ELAG

Die markantesten Eigenschaften von Elastomeren sind die hohe Elastizität, d.h. die Fähigkeit, große Formänderungen mitzumachen und nach der Entlastung sofort wieder in den Ausgangszustand zurückzukehren, sowie die hohe Dehnbarkeit. Die Molekülketten der Elastomere liegen im Ruhezustand in geknäulter Form vor.


    Steifigkeitshysterese

Beim Einwirken einer äußeren Kraft entwirrt sich dieses Knäuel zu einer mehr oder weniger gestreckten Form, wobei die Entfernung der Molekülenden um mehrere hundert Prozent zunehmen kann. Innere Reibung verzögert die Rückkehr in den Ausgangszustand (Modell: elastische Feder mit einem parallel geschalteten Dämpfer). In der Regel verbleibt in Abhängigkeit vom Verformungsgrad, von der Verformungsdauer und von der Temperatur ein Verformungsrest (visko-elastisches Verhalten).

Berechnungsprogramme, wie z.B. Adams, erwarten jedoch keine Hysterese sondern eine Funktion. Das Programm ELAG extrahiert aus einer gemessenen Hysterese die belasteten Äste.

Desweiteren ist es üblich, für symmetrische Lager nur den Zugbereich zu messen. Wird eine solche unvollständige Messung erkannt, wird die Hysterese automatisch gespiegelt.

In ELAG können die Daten eines Elastomerlagers verwaltet und bearbeitet werden. Neben den allgemeinen Angaben zu einem Lager, dient es insbesondere dazu, die gemessenen Steifigkeitshysteresen, sowohl tranlatorisch als auch rotatorisch jeweils in x,y,z-Richtung aufzunehmen. Außerdem können diese Steifigkeitshysteresen in „abgeleitete Kennlinien“ überführt werden.



Hinzufügen einer neuen Messung (Raumrichtung)


Beim Start von ELAG, sind zunächst noch keine Objekte vorhanden, um die Steifigkeitshysteresen bzw. –kennlinien aufzunehmen. Es können sowohl translatorische als auch rotatorische Steifigkeiten jeweils für alle Raumrichtungen hinzugefügt werden.



Ableitung einer Kennlinie

Die Daten der Steifigkeitshysterese können in der Tabelle neben dem Diagramm eingegeben werden. Bei einer Funktion, gibt es zu jedem x-Wert genau einen y-Wert. Nicht so bei der Hysterese. Deshalb liefert die Index-Spalte die Reihenfolge der Stützwerte. Die Index-Spalte kann auch automatisch durchnummeriert werden.

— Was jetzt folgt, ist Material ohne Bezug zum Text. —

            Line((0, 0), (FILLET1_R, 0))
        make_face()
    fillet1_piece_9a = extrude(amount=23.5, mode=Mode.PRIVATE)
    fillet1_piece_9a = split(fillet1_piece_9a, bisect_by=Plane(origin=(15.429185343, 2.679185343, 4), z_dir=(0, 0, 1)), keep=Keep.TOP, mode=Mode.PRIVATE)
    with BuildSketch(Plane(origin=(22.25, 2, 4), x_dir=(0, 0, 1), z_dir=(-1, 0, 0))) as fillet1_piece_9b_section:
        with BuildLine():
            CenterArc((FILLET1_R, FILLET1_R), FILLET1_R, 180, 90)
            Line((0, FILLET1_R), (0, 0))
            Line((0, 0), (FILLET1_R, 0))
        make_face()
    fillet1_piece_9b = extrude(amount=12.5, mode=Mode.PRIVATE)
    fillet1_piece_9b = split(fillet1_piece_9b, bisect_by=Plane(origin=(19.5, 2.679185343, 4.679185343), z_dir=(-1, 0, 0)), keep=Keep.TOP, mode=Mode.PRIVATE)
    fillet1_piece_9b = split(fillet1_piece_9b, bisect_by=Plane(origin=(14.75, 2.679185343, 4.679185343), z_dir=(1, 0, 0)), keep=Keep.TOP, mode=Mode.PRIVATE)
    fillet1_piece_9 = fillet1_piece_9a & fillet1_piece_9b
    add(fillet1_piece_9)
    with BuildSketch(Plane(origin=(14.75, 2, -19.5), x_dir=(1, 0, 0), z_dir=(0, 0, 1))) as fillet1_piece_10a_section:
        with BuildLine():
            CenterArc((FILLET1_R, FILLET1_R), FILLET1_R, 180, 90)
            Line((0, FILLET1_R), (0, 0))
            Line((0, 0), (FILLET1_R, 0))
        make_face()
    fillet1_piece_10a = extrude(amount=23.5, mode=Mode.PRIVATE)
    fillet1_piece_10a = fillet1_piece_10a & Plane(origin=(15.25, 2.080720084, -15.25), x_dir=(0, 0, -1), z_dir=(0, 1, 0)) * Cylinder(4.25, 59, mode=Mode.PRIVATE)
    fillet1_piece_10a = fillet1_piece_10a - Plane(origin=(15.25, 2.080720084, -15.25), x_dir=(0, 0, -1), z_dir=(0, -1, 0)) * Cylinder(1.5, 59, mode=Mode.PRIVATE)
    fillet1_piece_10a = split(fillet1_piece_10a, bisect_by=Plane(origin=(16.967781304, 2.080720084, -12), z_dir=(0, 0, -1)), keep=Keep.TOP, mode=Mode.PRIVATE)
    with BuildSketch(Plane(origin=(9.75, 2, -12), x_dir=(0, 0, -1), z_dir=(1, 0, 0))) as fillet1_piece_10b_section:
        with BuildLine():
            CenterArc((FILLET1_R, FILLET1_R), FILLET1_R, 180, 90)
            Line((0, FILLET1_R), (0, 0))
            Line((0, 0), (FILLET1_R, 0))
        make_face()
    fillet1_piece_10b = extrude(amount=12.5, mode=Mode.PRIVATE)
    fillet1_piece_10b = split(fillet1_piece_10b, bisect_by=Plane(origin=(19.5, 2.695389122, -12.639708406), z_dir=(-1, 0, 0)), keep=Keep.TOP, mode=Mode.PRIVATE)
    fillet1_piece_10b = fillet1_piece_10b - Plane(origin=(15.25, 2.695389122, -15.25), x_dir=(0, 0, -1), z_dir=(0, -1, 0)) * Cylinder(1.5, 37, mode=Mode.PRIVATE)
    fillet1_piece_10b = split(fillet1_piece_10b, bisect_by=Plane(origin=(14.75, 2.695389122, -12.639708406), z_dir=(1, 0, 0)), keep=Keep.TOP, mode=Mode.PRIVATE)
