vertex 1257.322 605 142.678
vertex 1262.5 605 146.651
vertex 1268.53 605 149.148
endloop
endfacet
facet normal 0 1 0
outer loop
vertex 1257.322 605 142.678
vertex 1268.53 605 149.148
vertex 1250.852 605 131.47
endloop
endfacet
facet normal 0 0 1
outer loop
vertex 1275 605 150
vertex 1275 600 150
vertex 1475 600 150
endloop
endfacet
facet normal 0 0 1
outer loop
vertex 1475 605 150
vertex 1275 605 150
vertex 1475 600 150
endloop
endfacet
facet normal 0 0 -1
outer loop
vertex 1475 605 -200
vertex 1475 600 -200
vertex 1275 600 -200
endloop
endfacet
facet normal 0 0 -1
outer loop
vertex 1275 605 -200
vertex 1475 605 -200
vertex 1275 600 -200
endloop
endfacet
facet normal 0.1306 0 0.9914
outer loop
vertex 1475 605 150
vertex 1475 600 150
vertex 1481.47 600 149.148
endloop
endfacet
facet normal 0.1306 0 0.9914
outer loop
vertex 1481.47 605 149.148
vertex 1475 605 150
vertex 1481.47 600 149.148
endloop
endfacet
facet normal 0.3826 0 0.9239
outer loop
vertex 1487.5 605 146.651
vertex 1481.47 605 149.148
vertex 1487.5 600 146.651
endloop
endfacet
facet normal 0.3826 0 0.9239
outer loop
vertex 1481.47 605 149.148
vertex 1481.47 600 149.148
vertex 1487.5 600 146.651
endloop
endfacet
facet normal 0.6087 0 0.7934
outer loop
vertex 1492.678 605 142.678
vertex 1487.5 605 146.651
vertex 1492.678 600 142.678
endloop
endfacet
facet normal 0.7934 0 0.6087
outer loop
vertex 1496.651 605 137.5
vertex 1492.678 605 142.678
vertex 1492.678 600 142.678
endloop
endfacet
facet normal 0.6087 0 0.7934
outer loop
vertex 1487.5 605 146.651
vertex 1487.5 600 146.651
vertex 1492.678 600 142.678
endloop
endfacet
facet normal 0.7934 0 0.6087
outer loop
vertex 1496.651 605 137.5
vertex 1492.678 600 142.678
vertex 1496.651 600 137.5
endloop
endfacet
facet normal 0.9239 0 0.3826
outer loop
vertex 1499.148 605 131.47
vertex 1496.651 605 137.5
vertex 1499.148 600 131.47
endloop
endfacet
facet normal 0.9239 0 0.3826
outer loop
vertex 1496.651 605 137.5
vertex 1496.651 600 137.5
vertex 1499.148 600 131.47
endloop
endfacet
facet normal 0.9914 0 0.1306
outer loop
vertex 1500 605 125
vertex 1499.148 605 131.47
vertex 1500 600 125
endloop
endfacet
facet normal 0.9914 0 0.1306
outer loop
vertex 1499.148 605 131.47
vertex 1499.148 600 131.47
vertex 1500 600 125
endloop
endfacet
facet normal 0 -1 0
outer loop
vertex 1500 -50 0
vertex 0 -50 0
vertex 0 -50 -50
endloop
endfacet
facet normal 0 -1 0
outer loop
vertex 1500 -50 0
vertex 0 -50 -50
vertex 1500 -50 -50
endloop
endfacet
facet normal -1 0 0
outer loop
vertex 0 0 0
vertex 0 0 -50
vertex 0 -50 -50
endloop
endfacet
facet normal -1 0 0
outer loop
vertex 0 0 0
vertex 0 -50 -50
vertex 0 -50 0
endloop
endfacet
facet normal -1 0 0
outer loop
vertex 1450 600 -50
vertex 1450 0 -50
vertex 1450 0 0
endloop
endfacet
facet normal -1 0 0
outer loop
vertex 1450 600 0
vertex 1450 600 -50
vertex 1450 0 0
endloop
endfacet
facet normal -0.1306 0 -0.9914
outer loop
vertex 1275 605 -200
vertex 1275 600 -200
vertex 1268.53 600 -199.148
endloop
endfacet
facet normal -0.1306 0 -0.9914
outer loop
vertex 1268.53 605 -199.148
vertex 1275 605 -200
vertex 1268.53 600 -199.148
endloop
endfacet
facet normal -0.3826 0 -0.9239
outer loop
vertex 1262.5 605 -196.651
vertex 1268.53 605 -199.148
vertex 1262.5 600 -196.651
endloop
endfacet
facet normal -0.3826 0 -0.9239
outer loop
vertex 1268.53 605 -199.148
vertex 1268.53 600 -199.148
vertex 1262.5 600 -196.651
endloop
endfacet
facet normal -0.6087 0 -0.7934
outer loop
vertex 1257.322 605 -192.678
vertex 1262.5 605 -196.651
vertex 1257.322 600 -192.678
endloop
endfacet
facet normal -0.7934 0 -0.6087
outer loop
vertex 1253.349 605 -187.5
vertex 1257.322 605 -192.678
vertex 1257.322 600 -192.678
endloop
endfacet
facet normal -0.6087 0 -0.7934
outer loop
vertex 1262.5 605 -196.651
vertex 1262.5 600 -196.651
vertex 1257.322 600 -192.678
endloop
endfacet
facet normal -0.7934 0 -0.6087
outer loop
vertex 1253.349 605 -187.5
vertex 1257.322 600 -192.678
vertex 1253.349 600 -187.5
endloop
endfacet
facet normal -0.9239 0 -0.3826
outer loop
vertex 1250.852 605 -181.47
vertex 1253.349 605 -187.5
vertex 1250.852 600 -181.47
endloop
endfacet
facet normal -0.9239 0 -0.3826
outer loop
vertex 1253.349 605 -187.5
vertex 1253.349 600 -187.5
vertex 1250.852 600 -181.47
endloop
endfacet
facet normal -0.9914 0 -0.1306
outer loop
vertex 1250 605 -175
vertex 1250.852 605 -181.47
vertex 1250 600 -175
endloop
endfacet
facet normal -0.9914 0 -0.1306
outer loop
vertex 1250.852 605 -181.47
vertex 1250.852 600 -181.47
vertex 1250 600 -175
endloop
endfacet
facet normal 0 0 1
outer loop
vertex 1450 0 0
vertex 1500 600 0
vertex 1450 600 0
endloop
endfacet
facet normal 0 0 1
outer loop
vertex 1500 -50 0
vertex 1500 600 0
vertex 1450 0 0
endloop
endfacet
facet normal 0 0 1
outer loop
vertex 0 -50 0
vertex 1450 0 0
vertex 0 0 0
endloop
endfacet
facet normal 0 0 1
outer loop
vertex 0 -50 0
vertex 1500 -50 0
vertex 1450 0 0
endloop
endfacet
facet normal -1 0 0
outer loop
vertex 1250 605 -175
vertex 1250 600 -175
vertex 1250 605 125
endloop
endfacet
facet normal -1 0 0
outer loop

Die Daten der Steifigkeitshysterese können weiterhin aus einem NDF (neutrales Daten File) gelesen werden:

     (TSTAT_HYST_TP)
     { ELTHT_IND WEG_KW <mm> KRAFT_KW <N> }

       1         -0.060654   -24.7955     

       2         -0.127792   -98.8007     

       3         -0.213242   -189.972

       ...

oder (z.B. aus MS-Excel) über copy&paste  eingefügt werden.





ELAG Service ...

Eine gemessene Steifigkeits-Hysteres kann über die Funktion "Hysterese in abgeleitete Kennlinie überführen" für die Berechnung vorbereitet werden. Diese Funktion startet den ELAG Service mit dem Kennlinien-Editor.




Im ersten Schritt wird die Hysterese in eine Kennlinie überführt. Hierzu stehen zwei Methoden zur Verfügung:


1. Ermittlung der belasteten Äste

Der betragsmäßig größte Zweig der Hysterese (jeweils für Zug/Druck) wird ermittelt.

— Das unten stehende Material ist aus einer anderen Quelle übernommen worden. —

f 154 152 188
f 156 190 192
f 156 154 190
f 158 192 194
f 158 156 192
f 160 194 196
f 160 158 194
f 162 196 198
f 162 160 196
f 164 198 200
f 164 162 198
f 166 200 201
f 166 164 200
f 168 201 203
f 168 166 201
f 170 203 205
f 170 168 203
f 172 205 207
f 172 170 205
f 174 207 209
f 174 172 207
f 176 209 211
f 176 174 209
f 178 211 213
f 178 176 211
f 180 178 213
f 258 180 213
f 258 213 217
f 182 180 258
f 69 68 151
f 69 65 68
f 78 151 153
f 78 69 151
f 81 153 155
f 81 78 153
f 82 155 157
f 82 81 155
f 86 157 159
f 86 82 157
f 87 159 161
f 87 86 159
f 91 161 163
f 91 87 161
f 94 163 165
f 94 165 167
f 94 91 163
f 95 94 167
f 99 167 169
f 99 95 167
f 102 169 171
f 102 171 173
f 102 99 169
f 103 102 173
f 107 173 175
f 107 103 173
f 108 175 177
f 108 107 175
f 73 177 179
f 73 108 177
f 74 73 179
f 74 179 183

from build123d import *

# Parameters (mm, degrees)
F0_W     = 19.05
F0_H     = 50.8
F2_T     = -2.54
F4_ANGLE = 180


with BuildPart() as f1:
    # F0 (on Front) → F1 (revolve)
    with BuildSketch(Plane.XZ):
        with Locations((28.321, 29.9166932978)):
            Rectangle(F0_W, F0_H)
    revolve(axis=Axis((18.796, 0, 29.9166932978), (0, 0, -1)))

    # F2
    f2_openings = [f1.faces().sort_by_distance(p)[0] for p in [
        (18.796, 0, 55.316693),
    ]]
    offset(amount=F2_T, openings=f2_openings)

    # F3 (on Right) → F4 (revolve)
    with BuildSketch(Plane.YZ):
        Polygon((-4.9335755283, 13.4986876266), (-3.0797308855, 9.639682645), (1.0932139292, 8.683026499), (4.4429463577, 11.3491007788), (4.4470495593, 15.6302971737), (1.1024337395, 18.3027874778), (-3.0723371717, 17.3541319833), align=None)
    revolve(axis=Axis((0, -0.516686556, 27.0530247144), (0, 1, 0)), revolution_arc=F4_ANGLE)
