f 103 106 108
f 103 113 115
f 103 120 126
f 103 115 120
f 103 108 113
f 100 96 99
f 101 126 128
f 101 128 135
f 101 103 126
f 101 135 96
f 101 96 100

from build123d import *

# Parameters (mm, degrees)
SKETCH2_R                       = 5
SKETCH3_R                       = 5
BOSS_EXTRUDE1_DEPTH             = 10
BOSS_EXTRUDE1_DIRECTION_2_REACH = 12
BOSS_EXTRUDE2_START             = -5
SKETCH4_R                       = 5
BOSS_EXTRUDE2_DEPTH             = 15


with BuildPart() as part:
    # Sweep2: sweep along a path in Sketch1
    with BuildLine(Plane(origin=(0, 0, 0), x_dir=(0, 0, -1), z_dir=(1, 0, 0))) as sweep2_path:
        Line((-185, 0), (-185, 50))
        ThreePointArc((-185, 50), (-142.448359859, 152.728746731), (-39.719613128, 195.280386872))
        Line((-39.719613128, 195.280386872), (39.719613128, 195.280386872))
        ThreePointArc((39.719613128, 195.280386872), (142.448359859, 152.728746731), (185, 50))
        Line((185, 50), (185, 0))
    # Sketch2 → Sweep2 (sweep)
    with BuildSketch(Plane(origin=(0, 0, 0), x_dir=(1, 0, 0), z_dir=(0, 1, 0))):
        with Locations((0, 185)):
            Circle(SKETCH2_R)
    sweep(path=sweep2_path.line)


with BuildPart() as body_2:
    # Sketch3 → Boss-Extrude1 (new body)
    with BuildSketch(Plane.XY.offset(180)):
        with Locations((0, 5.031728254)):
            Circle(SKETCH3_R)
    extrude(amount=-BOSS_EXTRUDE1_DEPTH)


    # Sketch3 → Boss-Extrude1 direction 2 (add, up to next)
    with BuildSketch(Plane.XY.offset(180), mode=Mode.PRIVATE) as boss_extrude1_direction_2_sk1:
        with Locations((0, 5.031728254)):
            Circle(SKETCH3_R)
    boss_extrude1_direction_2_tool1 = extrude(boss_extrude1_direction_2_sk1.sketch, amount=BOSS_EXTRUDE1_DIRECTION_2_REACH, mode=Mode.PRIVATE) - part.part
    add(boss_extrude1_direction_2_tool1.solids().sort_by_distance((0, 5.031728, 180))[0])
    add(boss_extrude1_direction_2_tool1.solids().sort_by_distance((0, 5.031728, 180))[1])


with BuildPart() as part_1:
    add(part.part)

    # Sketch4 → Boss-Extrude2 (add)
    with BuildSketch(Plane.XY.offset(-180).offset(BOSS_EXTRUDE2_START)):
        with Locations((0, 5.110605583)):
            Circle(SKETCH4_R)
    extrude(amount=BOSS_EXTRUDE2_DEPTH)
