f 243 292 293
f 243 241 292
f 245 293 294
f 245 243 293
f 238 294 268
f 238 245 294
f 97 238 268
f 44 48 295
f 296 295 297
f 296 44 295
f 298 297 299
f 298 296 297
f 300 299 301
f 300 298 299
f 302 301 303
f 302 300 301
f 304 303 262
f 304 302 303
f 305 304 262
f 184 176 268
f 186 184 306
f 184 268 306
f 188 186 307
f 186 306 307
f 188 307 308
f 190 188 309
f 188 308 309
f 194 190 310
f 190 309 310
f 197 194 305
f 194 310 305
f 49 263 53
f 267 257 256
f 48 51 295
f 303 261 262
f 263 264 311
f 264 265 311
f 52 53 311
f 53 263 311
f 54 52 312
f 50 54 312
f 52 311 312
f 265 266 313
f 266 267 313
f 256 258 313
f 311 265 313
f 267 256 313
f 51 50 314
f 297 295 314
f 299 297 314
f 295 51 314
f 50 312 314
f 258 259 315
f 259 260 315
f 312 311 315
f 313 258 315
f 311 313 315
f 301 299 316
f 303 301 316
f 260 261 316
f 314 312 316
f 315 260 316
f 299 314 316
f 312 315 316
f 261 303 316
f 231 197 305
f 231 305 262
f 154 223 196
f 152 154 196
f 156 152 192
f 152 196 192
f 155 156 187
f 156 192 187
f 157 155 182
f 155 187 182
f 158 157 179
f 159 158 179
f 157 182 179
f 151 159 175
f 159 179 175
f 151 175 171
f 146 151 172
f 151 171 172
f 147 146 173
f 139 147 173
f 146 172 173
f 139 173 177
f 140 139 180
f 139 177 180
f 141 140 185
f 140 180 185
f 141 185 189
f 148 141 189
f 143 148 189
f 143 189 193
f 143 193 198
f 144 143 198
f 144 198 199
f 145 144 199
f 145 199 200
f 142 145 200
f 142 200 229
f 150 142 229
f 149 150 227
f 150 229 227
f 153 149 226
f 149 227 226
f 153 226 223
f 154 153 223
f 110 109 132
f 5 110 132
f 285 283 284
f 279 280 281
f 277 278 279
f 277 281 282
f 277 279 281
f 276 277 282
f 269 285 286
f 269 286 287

2. Polynomregression n-ter Ordnung

Hierbei wird ein Polynom der angegebenen Ordnung ermittelt, das die gegebene Punktemenge mit dem kleinst möglichen Fehlerquadrat annähert.


Falls aus Symmetriegründen nur eine Hälfte der Steifigkeits-Hysterese gemessen wurde, geht ELAG von einem symetrischen Lager aus. Der ermittelte Zweig wird dann automatisch gespiegelt.



Punkte reduzieren

Die Lager werden in der Regel durch sehr viele Messpunkte bestimmt. Da die Kennlinien einen glatten Verlauf haben, ist es nicht notwendig alle gemessenen Punkte weiter zu verarbeiten. Der ELAG Service bietet die Möglichkeit, Punkte zu reduzieren.

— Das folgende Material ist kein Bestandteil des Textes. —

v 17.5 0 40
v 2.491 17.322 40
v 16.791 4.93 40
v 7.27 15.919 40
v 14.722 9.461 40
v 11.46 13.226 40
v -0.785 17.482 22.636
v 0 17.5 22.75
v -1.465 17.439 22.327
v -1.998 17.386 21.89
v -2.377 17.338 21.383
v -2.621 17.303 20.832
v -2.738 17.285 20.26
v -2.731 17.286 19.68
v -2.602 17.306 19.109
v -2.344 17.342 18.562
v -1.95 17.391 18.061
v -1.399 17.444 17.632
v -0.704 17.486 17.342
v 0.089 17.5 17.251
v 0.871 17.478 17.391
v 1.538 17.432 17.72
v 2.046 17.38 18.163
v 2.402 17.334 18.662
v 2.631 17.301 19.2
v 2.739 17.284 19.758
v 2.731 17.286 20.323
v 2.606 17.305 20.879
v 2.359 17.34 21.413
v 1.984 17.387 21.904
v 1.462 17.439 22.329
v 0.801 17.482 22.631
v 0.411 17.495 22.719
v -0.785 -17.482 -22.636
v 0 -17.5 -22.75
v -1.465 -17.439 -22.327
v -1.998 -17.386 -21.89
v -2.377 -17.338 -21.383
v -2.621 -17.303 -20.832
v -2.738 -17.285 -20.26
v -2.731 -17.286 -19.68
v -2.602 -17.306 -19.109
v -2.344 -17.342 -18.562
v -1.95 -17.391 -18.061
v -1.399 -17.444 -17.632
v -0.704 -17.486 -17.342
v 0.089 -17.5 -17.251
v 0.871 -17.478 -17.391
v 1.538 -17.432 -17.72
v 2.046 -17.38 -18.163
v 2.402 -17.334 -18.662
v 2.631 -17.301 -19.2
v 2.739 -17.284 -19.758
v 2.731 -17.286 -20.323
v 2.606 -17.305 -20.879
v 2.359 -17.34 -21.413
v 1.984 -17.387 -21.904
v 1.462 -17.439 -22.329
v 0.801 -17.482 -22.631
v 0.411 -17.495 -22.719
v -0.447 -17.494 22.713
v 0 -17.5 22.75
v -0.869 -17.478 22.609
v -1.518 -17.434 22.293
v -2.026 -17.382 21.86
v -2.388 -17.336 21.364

Zum Reduzieren der Punkte stehen drei Methoden zur Auswahl:


1. Linear

Hier kann explizit angegeben werden, auf wie viele Punkte reduziert werden soll.
Diese Methode ist für Berechnungsprogramme geeignet, die Werte zwischen den Stützstellen linear interpolieren.

2. Akima (Standard)

Hier wird die Genauigkeit angegeben, mit der die Kennlinie anhand eines Akima-Splines beschrieben werden soll. Die Anzahl der verbleibenden Punkte hängt von der Stetigkeit der Kennline ab. Diese Methode ist geeignet für Berechnungsprogramme, die Werte zwischen den Stützstellen über einen Akima-Spline interpolieren (z.B. Adams)

3. Kubic

Hier wird die Genauigkeit angegeben, mit der die Kennlinie anhand eines kubischen-Splines beschrieben werden soll. Die Anzahl der verbleibenden Punkte hängt von der Stetigkeit der Kennline ab. Diese Methode ist geeignet für Berechnungsprogramme, die Werte zwischen den Stützstellen über einen kubischen-Spline interpolieren




Kurven verlängern

Versuchstechnisch bedingt können Elastomerlager nicht bis zum Anschlag vermessen werden. Für die Berechnung fehlen jedoch unter Umständen diese Werte, wobei hier die qualitativen Informationen, nämlich daß das Lager in den Randbereichen sehr steif wird, ausreichen. Mit dieser Funktion kann die Kennlinie derart verlängert werden, daß die Belastung am Anschlag eine Polstelle (xp) hat (gegen unendlich geht).




Folgende Funktion wird zur Erweiterung der Kennlinie benutzt:


     1
y(x) = -------------- + d
   a x² + b x + c

Diese Funktion hat an der x-Koordinate xp=-a/2b eine Polstelle (geht gegen unendlich) falls die Diskriminante = 0 ist.
Um die Parameter dieser Funktion bestimmen zu können genügt es die Polstelle (xp) bzw. den Anschlag anzugeben.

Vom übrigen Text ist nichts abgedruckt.